We can think of this in terms of stopping any one person or part of the government from usurping complete control. The ephors can’t do it – they only serve for a single year and cannot serve twice, leaving little reason to aggrandize an office you will have to hand off to who-knows-who in just 12 months. The gerousia can’t do it, because it lacks control of the army or any direct administration of anything. The apella can’t do it, because it is laughably weak. Even the kings are controlled: the two of them must often have been in conflict (a point Rahe (2016) makes), looking to undermine the other through their friends in the ephorate and the gerousia.
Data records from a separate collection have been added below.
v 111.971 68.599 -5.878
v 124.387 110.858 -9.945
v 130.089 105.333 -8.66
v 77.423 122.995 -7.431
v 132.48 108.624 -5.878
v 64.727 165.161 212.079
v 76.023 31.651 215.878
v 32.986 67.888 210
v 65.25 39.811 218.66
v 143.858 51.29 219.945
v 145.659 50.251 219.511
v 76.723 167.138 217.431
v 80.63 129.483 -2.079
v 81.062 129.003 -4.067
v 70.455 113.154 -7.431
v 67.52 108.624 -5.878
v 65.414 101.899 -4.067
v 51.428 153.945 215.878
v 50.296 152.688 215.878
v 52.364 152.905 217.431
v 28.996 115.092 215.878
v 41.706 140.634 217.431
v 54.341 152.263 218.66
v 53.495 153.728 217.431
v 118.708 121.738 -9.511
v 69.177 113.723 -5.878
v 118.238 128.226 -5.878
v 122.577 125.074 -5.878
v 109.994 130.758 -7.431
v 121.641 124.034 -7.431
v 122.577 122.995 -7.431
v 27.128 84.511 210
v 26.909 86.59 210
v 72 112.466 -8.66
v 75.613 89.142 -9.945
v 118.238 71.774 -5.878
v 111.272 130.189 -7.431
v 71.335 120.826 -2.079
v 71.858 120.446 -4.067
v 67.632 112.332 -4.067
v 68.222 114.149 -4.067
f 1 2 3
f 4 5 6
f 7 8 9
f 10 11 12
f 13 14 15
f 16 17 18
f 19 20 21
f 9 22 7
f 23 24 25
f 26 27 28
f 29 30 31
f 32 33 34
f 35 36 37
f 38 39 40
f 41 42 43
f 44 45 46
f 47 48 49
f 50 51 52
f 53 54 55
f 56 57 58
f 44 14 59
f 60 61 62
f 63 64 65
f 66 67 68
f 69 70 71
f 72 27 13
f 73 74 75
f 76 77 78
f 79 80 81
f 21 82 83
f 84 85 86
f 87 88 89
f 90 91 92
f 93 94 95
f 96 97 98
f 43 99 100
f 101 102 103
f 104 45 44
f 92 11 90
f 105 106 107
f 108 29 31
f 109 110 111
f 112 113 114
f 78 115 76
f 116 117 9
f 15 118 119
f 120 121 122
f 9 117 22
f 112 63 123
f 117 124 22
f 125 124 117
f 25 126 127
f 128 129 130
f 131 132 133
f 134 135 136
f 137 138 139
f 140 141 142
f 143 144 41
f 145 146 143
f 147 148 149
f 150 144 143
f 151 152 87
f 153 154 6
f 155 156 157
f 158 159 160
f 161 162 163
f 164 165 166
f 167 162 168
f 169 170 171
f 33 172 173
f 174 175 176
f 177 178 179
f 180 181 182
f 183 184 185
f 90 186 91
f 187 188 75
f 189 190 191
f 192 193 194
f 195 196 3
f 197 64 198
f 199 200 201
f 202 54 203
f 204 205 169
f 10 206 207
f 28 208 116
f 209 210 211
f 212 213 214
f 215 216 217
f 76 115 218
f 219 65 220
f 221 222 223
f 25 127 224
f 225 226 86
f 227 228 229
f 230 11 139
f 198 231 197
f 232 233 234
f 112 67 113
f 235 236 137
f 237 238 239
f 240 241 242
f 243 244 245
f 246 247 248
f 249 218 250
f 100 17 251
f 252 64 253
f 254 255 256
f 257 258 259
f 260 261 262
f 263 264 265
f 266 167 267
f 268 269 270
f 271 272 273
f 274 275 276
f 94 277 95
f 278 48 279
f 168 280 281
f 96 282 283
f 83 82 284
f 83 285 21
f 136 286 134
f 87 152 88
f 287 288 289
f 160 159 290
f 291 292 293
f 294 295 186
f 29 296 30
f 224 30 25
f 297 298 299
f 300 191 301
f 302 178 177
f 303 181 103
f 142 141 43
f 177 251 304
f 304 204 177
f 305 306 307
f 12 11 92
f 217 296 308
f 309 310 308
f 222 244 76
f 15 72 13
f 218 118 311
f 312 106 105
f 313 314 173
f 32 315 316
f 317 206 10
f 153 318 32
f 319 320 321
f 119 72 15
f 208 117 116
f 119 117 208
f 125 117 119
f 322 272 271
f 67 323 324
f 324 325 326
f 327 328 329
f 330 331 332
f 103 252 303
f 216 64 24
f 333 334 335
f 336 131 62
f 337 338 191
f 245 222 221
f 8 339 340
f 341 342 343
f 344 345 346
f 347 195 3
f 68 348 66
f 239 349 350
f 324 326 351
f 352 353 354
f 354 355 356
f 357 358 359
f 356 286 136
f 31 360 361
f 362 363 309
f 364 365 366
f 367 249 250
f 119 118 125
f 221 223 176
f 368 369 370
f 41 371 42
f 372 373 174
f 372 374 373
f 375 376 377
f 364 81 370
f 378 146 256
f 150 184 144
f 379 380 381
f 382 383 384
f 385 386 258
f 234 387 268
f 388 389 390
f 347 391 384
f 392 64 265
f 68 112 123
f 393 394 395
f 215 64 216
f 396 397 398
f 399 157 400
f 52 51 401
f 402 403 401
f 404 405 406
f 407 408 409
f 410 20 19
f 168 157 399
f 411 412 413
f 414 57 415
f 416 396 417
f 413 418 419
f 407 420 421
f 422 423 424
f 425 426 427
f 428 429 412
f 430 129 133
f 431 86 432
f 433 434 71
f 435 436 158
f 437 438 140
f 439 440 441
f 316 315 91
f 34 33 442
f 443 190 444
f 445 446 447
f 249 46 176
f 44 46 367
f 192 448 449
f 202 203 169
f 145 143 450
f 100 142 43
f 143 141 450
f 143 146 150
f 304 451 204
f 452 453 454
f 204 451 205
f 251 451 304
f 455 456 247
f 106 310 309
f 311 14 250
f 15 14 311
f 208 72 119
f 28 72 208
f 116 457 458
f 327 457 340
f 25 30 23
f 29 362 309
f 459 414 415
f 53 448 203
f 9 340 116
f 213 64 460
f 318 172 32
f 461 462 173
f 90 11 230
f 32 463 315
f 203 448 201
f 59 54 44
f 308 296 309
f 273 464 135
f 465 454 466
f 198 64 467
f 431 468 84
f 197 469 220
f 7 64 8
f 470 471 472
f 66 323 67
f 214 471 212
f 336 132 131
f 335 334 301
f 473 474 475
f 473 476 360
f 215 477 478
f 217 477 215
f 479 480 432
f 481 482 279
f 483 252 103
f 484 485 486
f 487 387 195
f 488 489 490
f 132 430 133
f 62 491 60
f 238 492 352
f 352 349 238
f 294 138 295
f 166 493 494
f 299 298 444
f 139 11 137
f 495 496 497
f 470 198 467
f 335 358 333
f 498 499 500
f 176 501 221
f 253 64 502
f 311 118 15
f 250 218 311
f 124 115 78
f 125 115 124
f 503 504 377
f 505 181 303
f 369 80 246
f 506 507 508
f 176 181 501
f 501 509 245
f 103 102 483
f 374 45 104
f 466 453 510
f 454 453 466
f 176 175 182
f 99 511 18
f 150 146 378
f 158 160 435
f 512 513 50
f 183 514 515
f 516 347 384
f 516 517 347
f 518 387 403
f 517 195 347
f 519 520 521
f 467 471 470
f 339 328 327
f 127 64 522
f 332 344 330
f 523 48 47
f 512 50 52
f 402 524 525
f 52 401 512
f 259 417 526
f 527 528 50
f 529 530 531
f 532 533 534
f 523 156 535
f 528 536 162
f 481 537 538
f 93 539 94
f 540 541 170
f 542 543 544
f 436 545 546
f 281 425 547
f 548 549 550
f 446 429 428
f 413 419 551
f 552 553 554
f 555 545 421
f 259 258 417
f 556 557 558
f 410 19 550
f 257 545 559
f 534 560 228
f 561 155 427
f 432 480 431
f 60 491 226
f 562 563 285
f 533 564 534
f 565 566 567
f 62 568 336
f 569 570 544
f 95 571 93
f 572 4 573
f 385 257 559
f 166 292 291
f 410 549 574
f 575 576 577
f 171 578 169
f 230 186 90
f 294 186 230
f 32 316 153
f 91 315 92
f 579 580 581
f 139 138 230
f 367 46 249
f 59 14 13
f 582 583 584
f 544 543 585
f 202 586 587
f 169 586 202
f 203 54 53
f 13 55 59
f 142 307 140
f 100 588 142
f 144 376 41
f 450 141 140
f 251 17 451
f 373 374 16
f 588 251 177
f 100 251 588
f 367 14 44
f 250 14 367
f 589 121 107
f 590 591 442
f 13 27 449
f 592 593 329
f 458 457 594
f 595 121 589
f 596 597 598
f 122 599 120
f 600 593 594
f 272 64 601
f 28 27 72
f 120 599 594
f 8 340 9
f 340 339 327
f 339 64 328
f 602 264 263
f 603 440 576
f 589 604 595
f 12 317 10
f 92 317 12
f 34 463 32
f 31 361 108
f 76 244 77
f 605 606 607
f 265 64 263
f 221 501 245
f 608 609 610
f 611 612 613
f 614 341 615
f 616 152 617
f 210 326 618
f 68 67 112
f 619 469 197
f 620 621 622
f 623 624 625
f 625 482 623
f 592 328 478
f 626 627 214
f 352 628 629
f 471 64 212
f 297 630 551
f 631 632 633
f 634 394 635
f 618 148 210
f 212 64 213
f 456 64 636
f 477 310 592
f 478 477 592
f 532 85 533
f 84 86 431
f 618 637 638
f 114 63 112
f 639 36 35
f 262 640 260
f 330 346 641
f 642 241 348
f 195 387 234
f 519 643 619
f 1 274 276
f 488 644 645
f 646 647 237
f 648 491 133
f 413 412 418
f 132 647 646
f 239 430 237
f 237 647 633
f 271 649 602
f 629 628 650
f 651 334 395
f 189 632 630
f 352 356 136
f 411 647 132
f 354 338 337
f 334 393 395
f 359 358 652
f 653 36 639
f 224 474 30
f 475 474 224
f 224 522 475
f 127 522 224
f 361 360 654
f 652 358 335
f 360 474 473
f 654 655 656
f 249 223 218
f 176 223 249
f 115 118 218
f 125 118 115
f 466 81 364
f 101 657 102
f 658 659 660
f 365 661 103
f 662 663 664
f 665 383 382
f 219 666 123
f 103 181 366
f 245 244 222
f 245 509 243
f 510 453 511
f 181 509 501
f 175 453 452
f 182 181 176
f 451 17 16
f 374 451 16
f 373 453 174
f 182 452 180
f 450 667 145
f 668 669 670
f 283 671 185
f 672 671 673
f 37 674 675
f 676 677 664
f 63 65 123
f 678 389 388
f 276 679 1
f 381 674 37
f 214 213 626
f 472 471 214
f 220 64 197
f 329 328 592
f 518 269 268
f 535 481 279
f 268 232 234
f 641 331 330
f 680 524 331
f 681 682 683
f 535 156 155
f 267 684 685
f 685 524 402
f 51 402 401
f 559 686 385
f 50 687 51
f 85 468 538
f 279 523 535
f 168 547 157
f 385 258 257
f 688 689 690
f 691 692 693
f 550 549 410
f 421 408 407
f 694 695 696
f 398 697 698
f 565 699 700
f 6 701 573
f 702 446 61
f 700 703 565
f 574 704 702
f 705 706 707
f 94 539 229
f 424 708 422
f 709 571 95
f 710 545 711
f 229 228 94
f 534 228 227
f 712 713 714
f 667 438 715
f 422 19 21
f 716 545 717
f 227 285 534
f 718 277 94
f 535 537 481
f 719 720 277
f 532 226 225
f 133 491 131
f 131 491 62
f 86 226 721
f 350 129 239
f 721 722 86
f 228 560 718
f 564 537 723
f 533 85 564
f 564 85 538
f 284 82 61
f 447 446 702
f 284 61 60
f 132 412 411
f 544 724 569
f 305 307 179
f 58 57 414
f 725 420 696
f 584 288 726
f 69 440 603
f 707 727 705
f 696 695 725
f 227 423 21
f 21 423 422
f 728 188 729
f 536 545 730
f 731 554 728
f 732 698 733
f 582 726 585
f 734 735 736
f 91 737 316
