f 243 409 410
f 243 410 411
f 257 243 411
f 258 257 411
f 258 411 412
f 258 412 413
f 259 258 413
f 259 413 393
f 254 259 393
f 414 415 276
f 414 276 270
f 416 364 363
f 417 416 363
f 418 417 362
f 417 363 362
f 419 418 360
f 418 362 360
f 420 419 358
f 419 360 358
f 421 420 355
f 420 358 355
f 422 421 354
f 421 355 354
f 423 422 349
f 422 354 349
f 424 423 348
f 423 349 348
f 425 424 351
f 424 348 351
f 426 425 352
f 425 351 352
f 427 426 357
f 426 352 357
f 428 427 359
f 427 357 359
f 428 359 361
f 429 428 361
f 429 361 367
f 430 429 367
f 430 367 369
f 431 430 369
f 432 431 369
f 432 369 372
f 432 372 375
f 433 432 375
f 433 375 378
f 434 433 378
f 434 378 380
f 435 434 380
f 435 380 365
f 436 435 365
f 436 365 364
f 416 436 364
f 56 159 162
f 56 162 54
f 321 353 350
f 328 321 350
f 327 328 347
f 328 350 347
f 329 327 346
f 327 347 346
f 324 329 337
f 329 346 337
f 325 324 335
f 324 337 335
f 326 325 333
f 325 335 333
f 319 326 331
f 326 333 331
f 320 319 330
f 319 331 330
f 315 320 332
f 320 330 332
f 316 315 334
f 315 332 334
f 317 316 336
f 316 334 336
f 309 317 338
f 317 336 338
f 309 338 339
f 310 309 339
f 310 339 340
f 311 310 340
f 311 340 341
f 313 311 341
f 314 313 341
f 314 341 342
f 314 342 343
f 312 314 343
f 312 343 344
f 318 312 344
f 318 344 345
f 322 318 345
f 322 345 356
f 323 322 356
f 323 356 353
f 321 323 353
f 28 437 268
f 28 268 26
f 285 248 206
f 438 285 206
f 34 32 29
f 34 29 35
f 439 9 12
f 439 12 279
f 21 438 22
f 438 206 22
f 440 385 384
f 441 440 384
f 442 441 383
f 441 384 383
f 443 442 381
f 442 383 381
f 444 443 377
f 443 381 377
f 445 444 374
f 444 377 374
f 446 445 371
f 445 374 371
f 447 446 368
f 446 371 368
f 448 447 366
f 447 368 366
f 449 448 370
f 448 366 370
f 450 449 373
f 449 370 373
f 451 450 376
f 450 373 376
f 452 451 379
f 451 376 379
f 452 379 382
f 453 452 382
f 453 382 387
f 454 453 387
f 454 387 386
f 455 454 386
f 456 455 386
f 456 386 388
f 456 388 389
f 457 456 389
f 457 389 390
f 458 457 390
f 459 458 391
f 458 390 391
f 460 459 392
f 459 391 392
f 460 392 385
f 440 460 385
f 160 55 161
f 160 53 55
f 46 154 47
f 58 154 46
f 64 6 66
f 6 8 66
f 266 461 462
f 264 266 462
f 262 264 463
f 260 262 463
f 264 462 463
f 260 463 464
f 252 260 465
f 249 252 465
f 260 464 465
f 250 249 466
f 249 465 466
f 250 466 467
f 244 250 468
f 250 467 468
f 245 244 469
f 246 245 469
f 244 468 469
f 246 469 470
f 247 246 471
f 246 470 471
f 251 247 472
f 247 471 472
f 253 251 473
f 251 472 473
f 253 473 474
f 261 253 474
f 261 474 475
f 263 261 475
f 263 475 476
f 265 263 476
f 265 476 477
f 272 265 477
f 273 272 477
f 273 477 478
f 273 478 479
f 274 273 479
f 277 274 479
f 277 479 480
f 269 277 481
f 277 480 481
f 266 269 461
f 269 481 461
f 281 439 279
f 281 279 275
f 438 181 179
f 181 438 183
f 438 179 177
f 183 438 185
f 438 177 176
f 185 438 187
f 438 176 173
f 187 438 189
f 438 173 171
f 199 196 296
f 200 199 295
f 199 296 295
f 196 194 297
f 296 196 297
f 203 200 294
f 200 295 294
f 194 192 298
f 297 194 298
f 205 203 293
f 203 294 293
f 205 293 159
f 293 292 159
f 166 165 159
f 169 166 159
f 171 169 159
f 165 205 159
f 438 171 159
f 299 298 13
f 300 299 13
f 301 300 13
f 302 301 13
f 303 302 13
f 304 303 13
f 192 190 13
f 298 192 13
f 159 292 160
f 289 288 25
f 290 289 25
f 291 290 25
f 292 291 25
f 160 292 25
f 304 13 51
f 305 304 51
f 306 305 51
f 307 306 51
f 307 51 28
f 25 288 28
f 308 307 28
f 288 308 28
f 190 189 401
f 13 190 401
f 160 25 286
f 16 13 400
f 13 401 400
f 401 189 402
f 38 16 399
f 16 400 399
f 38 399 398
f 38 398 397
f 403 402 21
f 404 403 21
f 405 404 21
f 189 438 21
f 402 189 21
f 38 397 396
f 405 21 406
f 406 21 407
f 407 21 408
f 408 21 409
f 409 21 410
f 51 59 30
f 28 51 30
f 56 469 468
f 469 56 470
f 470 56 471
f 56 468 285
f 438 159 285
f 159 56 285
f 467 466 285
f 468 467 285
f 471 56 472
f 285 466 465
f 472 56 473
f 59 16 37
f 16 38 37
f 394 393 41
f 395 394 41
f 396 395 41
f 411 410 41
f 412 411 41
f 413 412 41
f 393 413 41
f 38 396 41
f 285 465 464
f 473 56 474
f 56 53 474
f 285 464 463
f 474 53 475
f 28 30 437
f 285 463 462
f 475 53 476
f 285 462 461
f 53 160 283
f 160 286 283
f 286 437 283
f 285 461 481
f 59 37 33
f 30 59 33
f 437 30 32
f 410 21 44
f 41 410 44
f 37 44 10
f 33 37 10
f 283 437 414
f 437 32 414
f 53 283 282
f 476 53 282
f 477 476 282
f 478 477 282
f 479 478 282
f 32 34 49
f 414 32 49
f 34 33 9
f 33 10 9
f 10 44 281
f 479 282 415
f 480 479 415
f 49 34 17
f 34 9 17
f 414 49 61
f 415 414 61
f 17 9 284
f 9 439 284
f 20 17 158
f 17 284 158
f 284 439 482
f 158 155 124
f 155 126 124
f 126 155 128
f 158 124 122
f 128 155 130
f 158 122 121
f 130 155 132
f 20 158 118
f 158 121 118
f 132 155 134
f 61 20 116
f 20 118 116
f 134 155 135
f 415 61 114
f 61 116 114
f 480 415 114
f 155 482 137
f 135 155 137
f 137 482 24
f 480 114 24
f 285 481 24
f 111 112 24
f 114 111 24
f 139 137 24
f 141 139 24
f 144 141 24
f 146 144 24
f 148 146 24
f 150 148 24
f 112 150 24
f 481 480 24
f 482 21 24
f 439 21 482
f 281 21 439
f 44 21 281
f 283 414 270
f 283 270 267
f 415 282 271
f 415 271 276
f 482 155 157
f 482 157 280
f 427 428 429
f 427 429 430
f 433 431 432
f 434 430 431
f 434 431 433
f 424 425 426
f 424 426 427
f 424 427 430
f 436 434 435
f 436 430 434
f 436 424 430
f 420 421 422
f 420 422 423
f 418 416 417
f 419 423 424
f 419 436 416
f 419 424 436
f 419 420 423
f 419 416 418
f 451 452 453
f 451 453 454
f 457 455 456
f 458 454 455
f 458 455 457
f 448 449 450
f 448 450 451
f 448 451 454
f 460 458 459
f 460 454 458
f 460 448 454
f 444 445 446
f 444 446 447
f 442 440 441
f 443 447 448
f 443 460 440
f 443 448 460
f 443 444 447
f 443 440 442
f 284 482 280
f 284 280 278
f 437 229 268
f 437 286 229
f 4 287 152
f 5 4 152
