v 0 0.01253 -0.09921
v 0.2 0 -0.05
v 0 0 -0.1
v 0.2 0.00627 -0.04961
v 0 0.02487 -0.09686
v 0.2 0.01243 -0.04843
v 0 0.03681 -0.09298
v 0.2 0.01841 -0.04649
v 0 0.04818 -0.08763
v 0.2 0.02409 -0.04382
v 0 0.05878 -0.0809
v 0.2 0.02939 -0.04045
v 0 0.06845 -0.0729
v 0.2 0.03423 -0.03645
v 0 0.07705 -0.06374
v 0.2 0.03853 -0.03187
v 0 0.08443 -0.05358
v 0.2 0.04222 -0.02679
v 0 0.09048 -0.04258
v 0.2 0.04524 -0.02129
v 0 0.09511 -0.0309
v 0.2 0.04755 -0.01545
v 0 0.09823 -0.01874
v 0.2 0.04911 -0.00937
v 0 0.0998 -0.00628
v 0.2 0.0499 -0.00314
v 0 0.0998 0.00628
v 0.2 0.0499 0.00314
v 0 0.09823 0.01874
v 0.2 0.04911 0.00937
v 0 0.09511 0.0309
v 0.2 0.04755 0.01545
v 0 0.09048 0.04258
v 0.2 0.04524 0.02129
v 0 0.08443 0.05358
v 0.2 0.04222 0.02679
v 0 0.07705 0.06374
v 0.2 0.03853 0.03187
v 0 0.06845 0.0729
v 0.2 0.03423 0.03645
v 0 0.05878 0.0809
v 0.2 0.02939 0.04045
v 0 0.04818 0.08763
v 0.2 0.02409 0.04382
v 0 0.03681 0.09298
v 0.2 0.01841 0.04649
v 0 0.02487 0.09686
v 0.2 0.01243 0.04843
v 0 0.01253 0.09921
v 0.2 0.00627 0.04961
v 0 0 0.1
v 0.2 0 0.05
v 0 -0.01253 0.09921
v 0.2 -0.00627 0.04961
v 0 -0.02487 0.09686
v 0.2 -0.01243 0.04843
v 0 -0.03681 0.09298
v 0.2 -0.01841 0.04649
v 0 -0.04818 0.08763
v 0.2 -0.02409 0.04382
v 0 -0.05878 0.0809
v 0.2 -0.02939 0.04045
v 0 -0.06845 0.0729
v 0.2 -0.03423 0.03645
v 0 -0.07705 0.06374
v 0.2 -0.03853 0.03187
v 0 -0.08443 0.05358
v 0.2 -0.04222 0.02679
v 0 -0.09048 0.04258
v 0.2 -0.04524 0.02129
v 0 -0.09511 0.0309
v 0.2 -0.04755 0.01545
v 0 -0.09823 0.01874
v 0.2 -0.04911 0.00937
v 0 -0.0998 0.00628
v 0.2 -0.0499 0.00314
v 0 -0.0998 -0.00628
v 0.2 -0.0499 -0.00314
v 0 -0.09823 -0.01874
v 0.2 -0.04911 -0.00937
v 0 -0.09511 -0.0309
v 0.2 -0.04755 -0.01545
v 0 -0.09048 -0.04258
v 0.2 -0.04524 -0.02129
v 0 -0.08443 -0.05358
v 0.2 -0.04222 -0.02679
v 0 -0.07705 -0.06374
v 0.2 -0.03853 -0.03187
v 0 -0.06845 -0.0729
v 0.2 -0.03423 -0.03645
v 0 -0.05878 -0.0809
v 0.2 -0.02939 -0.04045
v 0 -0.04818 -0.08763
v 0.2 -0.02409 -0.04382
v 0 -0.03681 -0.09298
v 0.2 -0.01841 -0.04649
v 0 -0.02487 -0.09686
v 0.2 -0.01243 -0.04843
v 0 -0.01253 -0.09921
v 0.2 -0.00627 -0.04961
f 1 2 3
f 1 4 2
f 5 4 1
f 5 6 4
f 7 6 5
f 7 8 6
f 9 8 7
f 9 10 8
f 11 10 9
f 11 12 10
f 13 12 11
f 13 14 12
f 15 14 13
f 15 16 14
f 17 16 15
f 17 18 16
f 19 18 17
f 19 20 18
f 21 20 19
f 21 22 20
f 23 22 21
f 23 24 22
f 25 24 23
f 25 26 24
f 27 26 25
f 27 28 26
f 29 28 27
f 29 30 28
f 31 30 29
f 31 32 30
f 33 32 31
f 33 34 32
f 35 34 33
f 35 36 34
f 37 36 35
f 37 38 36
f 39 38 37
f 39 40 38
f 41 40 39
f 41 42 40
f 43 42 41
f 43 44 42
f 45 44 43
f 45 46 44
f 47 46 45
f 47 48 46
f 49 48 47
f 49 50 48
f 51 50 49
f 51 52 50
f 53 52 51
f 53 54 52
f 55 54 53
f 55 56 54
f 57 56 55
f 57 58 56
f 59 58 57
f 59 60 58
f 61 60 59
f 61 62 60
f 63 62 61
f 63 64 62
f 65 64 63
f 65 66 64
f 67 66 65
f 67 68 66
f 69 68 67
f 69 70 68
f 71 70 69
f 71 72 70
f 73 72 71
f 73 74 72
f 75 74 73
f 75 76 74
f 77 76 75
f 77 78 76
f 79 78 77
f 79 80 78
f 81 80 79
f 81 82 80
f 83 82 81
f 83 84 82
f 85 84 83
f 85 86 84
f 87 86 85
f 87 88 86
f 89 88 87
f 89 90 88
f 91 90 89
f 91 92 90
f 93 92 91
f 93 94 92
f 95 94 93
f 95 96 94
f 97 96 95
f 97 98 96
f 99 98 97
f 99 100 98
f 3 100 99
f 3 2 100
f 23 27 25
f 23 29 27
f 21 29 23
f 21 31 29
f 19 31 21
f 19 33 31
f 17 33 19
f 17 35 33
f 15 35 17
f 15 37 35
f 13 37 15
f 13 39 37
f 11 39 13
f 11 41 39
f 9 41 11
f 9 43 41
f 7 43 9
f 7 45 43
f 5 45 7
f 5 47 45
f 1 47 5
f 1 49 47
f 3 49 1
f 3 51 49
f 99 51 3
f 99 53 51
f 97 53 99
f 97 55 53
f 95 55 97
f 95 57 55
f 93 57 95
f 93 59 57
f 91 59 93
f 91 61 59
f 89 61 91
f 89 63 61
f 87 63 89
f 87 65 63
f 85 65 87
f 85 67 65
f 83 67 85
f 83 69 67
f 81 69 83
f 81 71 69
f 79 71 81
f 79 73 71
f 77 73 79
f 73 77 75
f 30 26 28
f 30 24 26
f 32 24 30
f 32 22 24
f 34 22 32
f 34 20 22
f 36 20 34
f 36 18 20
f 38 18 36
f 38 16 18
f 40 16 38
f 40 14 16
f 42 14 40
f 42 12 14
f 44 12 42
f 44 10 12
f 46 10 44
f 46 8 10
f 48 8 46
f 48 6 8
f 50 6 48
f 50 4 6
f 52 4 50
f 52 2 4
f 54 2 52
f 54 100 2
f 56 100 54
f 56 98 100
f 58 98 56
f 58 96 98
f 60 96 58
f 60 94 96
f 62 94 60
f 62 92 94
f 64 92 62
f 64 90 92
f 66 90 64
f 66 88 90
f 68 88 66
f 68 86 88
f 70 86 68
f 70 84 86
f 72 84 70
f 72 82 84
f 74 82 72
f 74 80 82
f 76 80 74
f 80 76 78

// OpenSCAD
$fn=50;  // REMOVE
LENGTH = 1;  // REMOVE
DO = 0.2; // REMOVE
PARAM1 = 0.1; // REMOVE
rotate([0, 90, 0])
translate([0, 0, (DO)/2])
cylinder(h = (DO), r1 = (DO)/2, r2 = (PARAM1)/2, center = true);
In turn, it would always be in the interests of the gerontes to rein in a king who was exceeding his authority (and in the interest of the other king to help them).
All of which brings us back to our big question: why didn’t Sparta act to halt its decline? The men of the gerousia of 410 must have known at their own citizen body was once more than double the size it stood in their day. The same would have been true of the gerousia of 371. Some demographic declines are so slow as to be imperceptible, but the Spartan citizen population collapses by 80% in just a century, from 464 to 371. The decline would have been obvious – and evidently it was obvious.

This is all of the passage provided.